Born in Lexington, Kentucky, McCann listened to opera with his mother and taught himself how to play piano, according to his biography on a website run by the Blue Grass Trust for Historic Preservation.
He joined the Navy in San Diego at age 17 and ultimately landed in Los Angeles, where he attended Los Angeles City College, which he later said was crucial to his music career and its multicultural influences, according to the Blue Grass bio.
McCann won a talent contest and appeared on “The Ed Sullivan Show” before Miles Davis saw him perform and recommended him to other top musicians, the bio said. “I couldn’t even speak,” McCann is quoted as saying in describing the first time he met Davis.
His popular breakthrough came in June 1968, when he was joined by tenor saxophone player Eddie Harris onstage at the Montreux Jazz Festival in Switzerland to perform a protest song, “Compared to What,” recorded previously by his protégé, Roberta Flack.
The performance resonated, and the song propelled the 1969 Atlantic Records album by McCann and Harris, “Swiss Movement,” to gold status under Recording Industry Association of America protocols, while also helping Montreux become an annual jazz institution.

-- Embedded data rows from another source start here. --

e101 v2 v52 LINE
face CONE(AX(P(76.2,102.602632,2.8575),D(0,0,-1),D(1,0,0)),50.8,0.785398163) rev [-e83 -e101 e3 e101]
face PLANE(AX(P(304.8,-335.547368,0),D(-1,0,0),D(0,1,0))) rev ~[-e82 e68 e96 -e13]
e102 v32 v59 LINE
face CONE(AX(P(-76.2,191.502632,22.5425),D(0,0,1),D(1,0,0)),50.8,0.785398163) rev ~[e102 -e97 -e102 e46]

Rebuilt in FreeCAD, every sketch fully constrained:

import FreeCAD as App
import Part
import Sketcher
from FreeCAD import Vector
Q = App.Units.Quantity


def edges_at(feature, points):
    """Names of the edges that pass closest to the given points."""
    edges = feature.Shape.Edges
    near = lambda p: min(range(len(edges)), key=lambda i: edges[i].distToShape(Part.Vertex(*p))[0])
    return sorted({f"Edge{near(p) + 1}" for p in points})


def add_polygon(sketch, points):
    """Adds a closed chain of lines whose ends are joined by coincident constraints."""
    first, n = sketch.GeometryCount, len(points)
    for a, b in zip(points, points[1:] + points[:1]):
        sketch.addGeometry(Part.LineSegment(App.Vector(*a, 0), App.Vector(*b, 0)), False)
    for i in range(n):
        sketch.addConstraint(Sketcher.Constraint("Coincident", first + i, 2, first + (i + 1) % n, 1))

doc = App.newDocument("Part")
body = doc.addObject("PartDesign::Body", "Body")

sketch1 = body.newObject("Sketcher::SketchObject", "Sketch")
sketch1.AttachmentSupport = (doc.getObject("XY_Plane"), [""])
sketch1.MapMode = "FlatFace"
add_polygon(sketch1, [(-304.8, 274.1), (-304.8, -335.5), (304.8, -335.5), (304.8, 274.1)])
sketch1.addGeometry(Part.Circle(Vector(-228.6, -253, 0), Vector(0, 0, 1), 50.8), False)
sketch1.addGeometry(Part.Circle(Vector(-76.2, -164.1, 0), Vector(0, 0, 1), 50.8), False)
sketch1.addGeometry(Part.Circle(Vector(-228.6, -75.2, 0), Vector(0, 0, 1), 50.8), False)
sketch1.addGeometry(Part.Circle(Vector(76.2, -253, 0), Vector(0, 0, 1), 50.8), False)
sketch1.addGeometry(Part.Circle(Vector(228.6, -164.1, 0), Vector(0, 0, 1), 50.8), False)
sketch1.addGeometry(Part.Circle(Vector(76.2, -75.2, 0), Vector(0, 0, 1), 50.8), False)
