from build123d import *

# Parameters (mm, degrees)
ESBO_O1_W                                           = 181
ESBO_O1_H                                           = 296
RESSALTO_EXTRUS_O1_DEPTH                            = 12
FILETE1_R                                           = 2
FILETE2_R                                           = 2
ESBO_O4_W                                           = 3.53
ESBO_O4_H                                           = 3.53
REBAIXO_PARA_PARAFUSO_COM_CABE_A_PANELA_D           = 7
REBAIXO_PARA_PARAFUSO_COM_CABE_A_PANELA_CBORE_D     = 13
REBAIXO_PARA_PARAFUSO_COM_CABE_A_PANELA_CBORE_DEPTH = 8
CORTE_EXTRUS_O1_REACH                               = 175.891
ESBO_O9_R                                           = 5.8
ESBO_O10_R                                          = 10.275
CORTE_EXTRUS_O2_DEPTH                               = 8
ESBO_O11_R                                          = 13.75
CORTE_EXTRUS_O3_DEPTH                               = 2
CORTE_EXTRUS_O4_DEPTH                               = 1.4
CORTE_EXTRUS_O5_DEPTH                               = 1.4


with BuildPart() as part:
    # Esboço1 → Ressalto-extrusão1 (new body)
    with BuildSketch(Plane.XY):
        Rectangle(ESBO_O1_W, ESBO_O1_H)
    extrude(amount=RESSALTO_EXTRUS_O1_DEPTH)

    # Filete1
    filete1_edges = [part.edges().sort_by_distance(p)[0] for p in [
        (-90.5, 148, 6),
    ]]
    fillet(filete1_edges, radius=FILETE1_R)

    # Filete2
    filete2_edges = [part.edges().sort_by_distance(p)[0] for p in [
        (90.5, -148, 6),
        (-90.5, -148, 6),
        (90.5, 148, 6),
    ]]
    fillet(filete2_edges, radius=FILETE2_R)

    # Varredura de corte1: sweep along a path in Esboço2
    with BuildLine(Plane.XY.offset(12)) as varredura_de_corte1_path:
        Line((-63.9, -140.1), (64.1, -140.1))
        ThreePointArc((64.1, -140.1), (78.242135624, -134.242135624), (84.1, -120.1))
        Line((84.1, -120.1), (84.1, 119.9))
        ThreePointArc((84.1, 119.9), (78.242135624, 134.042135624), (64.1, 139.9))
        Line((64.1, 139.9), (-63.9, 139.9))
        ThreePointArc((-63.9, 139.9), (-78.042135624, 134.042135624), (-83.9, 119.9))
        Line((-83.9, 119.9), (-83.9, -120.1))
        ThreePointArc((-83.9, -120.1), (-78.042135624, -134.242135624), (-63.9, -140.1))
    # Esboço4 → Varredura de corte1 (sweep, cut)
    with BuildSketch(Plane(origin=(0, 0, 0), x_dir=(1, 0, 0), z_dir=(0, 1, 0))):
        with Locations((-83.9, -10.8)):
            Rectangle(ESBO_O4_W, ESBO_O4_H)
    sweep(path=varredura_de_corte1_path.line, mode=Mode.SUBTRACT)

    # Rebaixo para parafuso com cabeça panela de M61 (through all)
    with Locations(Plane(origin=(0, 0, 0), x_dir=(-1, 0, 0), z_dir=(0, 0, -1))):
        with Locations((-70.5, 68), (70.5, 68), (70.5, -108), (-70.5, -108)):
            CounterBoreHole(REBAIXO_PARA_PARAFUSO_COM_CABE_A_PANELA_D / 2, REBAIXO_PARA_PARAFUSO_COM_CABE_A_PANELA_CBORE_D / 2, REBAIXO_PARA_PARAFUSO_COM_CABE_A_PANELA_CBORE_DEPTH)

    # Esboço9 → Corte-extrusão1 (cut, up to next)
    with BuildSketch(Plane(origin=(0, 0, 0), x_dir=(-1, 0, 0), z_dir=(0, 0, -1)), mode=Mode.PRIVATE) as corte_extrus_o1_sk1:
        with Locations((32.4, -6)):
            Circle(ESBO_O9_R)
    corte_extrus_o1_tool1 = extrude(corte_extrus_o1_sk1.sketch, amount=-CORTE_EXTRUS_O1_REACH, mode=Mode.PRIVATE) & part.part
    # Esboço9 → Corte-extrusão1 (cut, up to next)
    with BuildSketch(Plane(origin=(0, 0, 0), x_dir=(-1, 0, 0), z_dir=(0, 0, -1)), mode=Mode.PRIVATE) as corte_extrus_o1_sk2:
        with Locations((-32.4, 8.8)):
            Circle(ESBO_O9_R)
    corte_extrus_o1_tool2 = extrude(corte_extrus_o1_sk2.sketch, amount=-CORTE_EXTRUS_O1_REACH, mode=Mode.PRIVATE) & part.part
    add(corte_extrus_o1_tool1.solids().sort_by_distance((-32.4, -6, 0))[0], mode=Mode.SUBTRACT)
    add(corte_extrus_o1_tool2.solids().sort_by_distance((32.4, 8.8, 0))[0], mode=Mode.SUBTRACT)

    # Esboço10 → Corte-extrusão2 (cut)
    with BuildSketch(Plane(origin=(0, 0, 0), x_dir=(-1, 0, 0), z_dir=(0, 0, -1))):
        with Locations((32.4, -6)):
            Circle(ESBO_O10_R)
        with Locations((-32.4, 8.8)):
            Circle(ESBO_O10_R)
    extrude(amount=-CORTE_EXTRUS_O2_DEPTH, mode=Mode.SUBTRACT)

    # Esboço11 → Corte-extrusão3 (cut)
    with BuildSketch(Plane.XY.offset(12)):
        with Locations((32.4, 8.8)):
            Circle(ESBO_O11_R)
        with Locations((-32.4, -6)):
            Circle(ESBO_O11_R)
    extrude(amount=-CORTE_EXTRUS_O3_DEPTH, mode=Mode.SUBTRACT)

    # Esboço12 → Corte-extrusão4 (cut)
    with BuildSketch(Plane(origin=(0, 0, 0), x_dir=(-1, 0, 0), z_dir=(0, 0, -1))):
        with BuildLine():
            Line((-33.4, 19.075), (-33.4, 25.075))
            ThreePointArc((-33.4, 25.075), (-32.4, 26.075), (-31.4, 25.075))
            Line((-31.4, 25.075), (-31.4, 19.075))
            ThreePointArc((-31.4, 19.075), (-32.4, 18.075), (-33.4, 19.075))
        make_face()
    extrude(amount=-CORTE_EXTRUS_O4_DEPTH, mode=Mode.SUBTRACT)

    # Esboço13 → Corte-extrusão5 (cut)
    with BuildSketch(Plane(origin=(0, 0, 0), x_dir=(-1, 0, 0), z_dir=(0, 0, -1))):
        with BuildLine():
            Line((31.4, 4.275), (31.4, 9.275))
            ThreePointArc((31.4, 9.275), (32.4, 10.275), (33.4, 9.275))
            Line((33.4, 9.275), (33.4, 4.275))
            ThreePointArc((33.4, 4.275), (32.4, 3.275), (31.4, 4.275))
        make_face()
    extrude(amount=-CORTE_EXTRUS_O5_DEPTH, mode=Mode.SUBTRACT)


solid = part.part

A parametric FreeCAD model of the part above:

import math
import FreeCAD as App
import Part
import Sketcher

V = App.Vector
Q = App.Units.Quantity


def edges_at(feature, points):
    """Names of the edges that pass closest to the given points."""
    edges = feature.Shape.Edges
    near = lambda p: min(range(len(edges)), key=lambda i: edges[i].distToShape(Part.Vertex(*p))[0])
    return sorted({f"Edge{near(p) + 1}" for p in points})

doc = App.newDocument("Part")
body = doc.addObject("PartDesign::Body", "Body")

sketch1 = body.newObject("Sketcher::SketchObject", "Sketch")
sketch1.AttachmentSupport = (doc.getObject("XY_Plane"), [""])
sketch1.MapMode = "FlatFace"
sketch1.addGeometry(Part.LineSegment(V(-90, 148, 0), V(-90, -148, 0)), False)
sketch1.addGeometry(Part.LineSegment(V(-90, -148, 0), V(90, -148, 0)), False)
sketch1.addGeometry(Part.LineSegment(V(90, -148, 0), V(90, 148, 0)), False)
sketch1.addGeometry(Part.LineSegment(V(90, 148, 0), V(-90, 148, 0)), False)
sketch1.addConstraint(Sketcher.Constraint("Coincident", 0, 2, 1, 1))
sketch1.addConstraint(Sketcher.Constraint("Coincident", 1, 2, 2, 1))
sketch1.addConstraint(Sketcher.Constraint("Coincident", 2, 2, 3, 1))
sketch1.addConstraint(Sketcher.Constraint("Coincident", 3, 2, 0, 1))
sketch1.addConstraint(Sketcher.Constraint("Vertical", 0))
sketch1.addConstraint(Sketcher.Constraint("Horizontal", 1))
sketch1.addConstraint(Sketcher.Constraint("Vertical", 2))
sketch1.addConstraint(Sketcher.Constraint("Horizontal", 3))
sketch1.addConstraint(Sketcher.Constraint("Symmetric", 0, 2, 2, 2, -1, 1))
sketch1.addConstraint(Sketcher.Constraint("DistanceX", 1, 1, 1, 2, Q("181 mm")))
sketch1.addConstraint(Sketcher.Constraint("DistanceY", 0, 2, 0, 1, Q("296 mm")))
pad1 = body.newObject("PartDesign::Pad", "Pad")
pad1.Profile = sketch1
pad1.Length = 12
doc.recompute()

fillet = body.newObject("PartDesign::Fillet", "Fillet")
fillet.Base = (pad1, edges_at(pad1, [(-90.5, 148, 6)]))
fillet.Radius = 2
doc.recompute()

fillet2 = body.newObject("PartDesign::Fillet", "Fillet001")
fillet2.Base = (fillet, edges_at(fillet, [(90.5, -148, 6), (-90.5, -148, 6), (90.5, 148, 6)]))
fillet2.Radius = 2

sketch2 = body.newObject("Sketcher::SketchObject", "Sketch001")
sketch2.AttachmentSupport = (doc.getObject("XZ_Plane"), [""])
sketch2.MapMode = "FlatFace"
sketch2.addGeometry(Part.LineSegment(V(-85.7, 9, 0), V(-85.7, 12.6, 0)), False)
sketch2.addGeometry(Part.LineSegment(V(-85.7, 12.6, 0), V(-82.1, 12.6, 0)), False)
sketch2.addGeometry(Part.LineSegment(V(-82.1, 12.6, 0), V(-82.1, 9, 0)), False)
sketch2.addGeometry(Part.LineSegment(V(-82.1, 9, 0), V(-85.7, 9, 0)), False)
sketch2.addConstraint(Sketcher.Constraint("Coincident", 0, 2, 1, 1))
sketch2.addConstraint(Sketcher.Constraint("Coincident", 1, 2, 2, 1))
sketch2.addConstraint(Sketcher.Constraint("Coincident", 2, 2, 3, 1))
sketch2.addConstraint(Sketcher.Constraint("Coincident", 3, 2, 0, 1))
sketch2.addConstraint(Sketcher.Constraint("Vertical", 0))
sketch2.addConstraint(Sketcher.Constraint("Horizontal", 1))
sketch2.addConstraint(Sketcher.Constraint("Vertical", 2))
sketch2.addConstraint(Sketcher.Constraint("Horizontal", 3))
sketch2.addConstraint(Sketcher.Constraint("Equal", 3, 0))
sketch2.addConstraint(Sketcher.Constraint("DistanceX", 1, 1, 1, 2, Q("3.53 mm")))
sketch2.addConstraint(Sketcher.Constraint("DistanceX", 0, 2, -1, 1, Q("85.665 mm")))
sketch2.addConstraint(Sketcher.Constraint("DistanceY", -1, 1, 0, 2, Q("12.565 mm")))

But as Abrahams noted, McCann had a whole musical life before “Swiss Movement,” starting in 1960 with his work for the Pacific Jazz label, including “Les McCann Plays the Truth” and “The Shout.”

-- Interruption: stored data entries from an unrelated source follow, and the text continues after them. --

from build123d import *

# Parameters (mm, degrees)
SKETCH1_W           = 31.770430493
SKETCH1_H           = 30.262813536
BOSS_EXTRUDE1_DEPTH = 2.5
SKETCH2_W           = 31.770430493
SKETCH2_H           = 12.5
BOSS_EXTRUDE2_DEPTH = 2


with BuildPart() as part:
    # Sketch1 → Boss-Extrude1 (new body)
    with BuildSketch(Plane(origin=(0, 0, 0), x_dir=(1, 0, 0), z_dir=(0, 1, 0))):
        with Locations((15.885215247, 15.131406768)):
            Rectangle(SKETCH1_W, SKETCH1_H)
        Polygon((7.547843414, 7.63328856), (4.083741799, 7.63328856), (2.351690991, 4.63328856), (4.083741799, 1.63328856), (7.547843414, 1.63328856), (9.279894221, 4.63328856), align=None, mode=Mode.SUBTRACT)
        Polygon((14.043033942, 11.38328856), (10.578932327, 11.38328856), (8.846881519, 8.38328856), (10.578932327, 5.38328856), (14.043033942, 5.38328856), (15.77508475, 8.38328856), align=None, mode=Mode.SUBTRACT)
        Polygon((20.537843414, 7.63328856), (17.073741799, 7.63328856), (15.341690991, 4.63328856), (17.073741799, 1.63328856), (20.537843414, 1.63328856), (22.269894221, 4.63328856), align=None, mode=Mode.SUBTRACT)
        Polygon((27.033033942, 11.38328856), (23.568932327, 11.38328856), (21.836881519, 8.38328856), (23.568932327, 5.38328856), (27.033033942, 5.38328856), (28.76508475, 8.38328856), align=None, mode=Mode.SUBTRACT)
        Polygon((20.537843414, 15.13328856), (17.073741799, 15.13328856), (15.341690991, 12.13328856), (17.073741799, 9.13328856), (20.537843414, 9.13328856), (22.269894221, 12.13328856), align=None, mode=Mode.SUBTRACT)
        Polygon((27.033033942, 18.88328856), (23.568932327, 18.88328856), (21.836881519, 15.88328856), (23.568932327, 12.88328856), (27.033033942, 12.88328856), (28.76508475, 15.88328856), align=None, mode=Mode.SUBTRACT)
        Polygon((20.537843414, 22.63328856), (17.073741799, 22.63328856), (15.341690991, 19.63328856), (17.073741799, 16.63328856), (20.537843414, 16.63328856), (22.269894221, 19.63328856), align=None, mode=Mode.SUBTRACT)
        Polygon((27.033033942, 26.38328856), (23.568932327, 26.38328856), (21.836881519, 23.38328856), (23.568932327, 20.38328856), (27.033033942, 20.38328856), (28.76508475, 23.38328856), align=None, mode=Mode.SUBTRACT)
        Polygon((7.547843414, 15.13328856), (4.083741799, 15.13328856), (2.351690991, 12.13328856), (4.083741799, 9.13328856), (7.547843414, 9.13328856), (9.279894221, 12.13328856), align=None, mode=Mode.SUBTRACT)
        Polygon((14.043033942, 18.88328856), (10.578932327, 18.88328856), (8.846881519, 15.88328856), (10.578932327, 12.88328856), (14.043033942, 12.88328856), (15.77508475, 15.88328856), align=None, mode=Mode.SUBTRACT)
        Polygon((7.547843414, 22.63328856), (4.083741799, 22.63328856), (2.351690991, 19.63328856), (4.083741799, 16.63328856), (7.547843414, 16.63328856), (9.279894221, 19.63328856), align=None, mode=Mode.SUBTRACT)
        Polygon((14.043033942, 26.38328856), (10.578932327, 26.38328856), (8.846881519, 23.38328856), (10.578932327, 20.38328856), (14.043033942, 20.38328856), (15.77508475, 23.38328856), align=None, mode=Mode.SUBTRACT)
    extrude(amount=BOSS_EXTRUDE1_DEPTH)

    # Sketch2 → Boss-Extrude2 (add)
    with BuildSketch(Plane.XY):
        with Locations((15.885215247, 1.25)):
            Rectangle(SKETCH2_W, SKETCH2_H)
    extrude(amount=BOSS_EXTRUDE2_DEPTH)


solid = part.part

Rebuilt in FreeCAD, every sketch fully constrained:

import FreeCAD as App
import Part
import Sketcher

V = App.Vector
Q = App.Units.Quantity

doc = App.newDocument("Part")
body = doc.addObject("PartDesign::Body", "Body")

sketch1 = body.newObject("Sketcher::SketchObject", "Sketch")
sketch1.AttachmentSupport = (doc.getObject("XZ_Plane"), [""])
sketch1.MapMode = "FlatFace"
sketch1.addGeometry([
    Part.LineSegment(V(0, -30.3, 0), V(0, 0, 0)),
    Part.LineSegment(V(0, 0, 0), V(31.8, 0, 0)),
    Part.LineSegment(V(31.8, 0, 0), V(31.8, -30.3, 0)),
    Part.LineSegment(V(31.8, -30.3, 0), V(0, -30.3, 0)),
    Part.LineSegment(V(4.1, -7.6, 0), V(7.5, -7.6, 0)),
    Part.LineSegment(V(7.5, -7.6, 0), V(9.3, -4.6, 0)),
    Part.LineSegment(V(9.3, -4.6, 0), V(7.5, -1.6, 0)),
    Part.LineSegment(V(7.5, -1.6, 0), V(4.1, -1.6, 0)),
    Part.LineSegment(V(4.1, -1.6, 0), V(2.4, -4.6, 0)),
    Part.LineSegment(V(2.4, -4.6, 0), V(4.1, -7.6, 0)),
    Part.LineSegment(V(4.1, -15.1, 0), V(7.5, -15.1, 0)),
    Part.LineSegment(V(7.5, -15.1, 0), V(9.3, -12.1, 0)),
    Part.LineSegment(V(9.3, -12.1, 0), V(7.5, -9.1, 0)),
    Part.LineSegment(V(7.5, -9.1, 0), V(4.1, -9.1, 0)),
    Part.LineSegment(V(4.1, -9.1, 0), V(2.4, -12.1, 0)),
    Part.LineSegment(V(2.4, -12.1, 0), V(4.1, -15.1, 0)),
    Part.LineSegment(V(10.6, -11.4, 0), V(14, -11.4, 0)),
    Part.LineSegment(V(14, -11.4, 0), V(15.8, -8.4, 0)),
    Part.LineSegment(V(15.8, -8.4, 0), V(14, -5.4, 0)),
    Part.LineSegment(V(14, -5.4, 0), V(10.6, -5.4, 0)),
    Part.LineSegment(V(10.6, -5.4, 0), V(8.8, -8.4, 0)),
    Part.LineSegment(V(8.8, -8.4, 0), V(10.6, -11.4, 0)),
    Part.LineSegment(V(17.1, -7.6, 0), V(20.5, -7.6, 0)),
    Part.LineSegment(V(20.5, -7.6, 0), V(22.3, -4.6, 0)),
    Part.LineSegment(V(22.3, -4.6, 0), V(20.5, -1.6, 0)),
    Part.LineSegment(V(20.5, -1.6, 0), V(17.1, -1.6, 0)),
    Part.LineSegment(V(17.1, -1.6, 0), V(15.3, -4.6, 0)),
    Part.LineSegment(V(15.3, -4.6, 0), V(17.1, -7.6, 0)),
    Part.LineSegment(V(17.1, -15.1, 0), V(20.5, -15.1, 0)),
    Part.LineSegment(V(20.5, -15.1, 0), V(22.3, -12.1, 0)),
    Part.LineSegment(V(22.3, -12.1, 0), V(20.5, -9.1, 0)),
    Part.LineSegment(V(20.5, -9.1, 0), V(17.1, -9.1, 0)),
    Part.LineSegment(V(17.1, -9.1, 0), V(15.3, -12.1, 0)),
    Part.LineSegment(V(15.3, -12.1, 0), V(17.1, -15.1, 0)),
    Part.LineSegment(V(23.6, -11.4, 0), V(27, -11.4, 0)),
    Part.LineSegment(V(27, -11.4, 0), V(28.8, -8.4, 0)),
    Part.LineSegment(V(28.8, -8.4, 0), V(27, -5.4, 0)),
    Part.LineSegment(V(27, -5.4, 0), V(23.6, -5.4, 0)),
    Part.LineSegment(V(23.6, -5.4, 0), V(21.8, -8.4, 0)),
    Part.LineSegment(V(21.8, -8.4, 0), V(23.6, -11.4, 0)),
    Part.LineSegment(V(4.1, -22.6, 0), V(7.5, -22.6, 0)),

The music journal Wax Poetics credits McCann with later recognizing the growing importance of electronic influences.
“Many of McCann’s most innovative recordings, like his 1972 lush, electronic opus ‘Layers,’ have gone virtually ignored,” the musician and music journalist John Kruth said in a look at McCann’s work in 2004. “Few outside of Joe Zawinul, Stevie Wonder, and Herbie Hancock (and I suppose Kraftwerk, Yes, and Emerson, Lake & Palmer deserve some props here) had a handle on the sudden proliferation of electronica like Les did.”
Despite the critical and commercial success, McCann was revered as a musicians’ musician who would gladly lead his bandmates into unfamiliar territory as he toured the globe well into his retirement years.
“He didn’t play it safe,” Abrahams said in a mini-documentary produced to coincide with the release of “Never A Dull Moment! – Live from Coast to Coast (1966-1967).”
In January 1995, McCann suffered a stroke while playing onstage in Germany, Abrahams said. The stroke paralyzed the right side of his body, but he soldiered on — with humor.
Abrahams said McCann commiserated with fellow jazz pianist Oscar Peterson, who suffered a stroke in 1993 that resulted in paralysis to the left side of his body. Peterson joked that the two could tour together as one good piano player, Abrahams said.
McCann was no jazz purist. His Renaissance man personality meant he took his camera on the road to ultimately produce the photo book “Invitation to Openness: The Jazz and Soul Photography of Les McCann 1960-1980.”
Nonetheless, music was his main dish: He released more than 60 albums.
Abrahams said Sunday night that he has been speaking with folk titan Joan Baez about organizing a celebration of life in the coming weeks, possibly to take place at McCann’s beloved Los Angeles City College.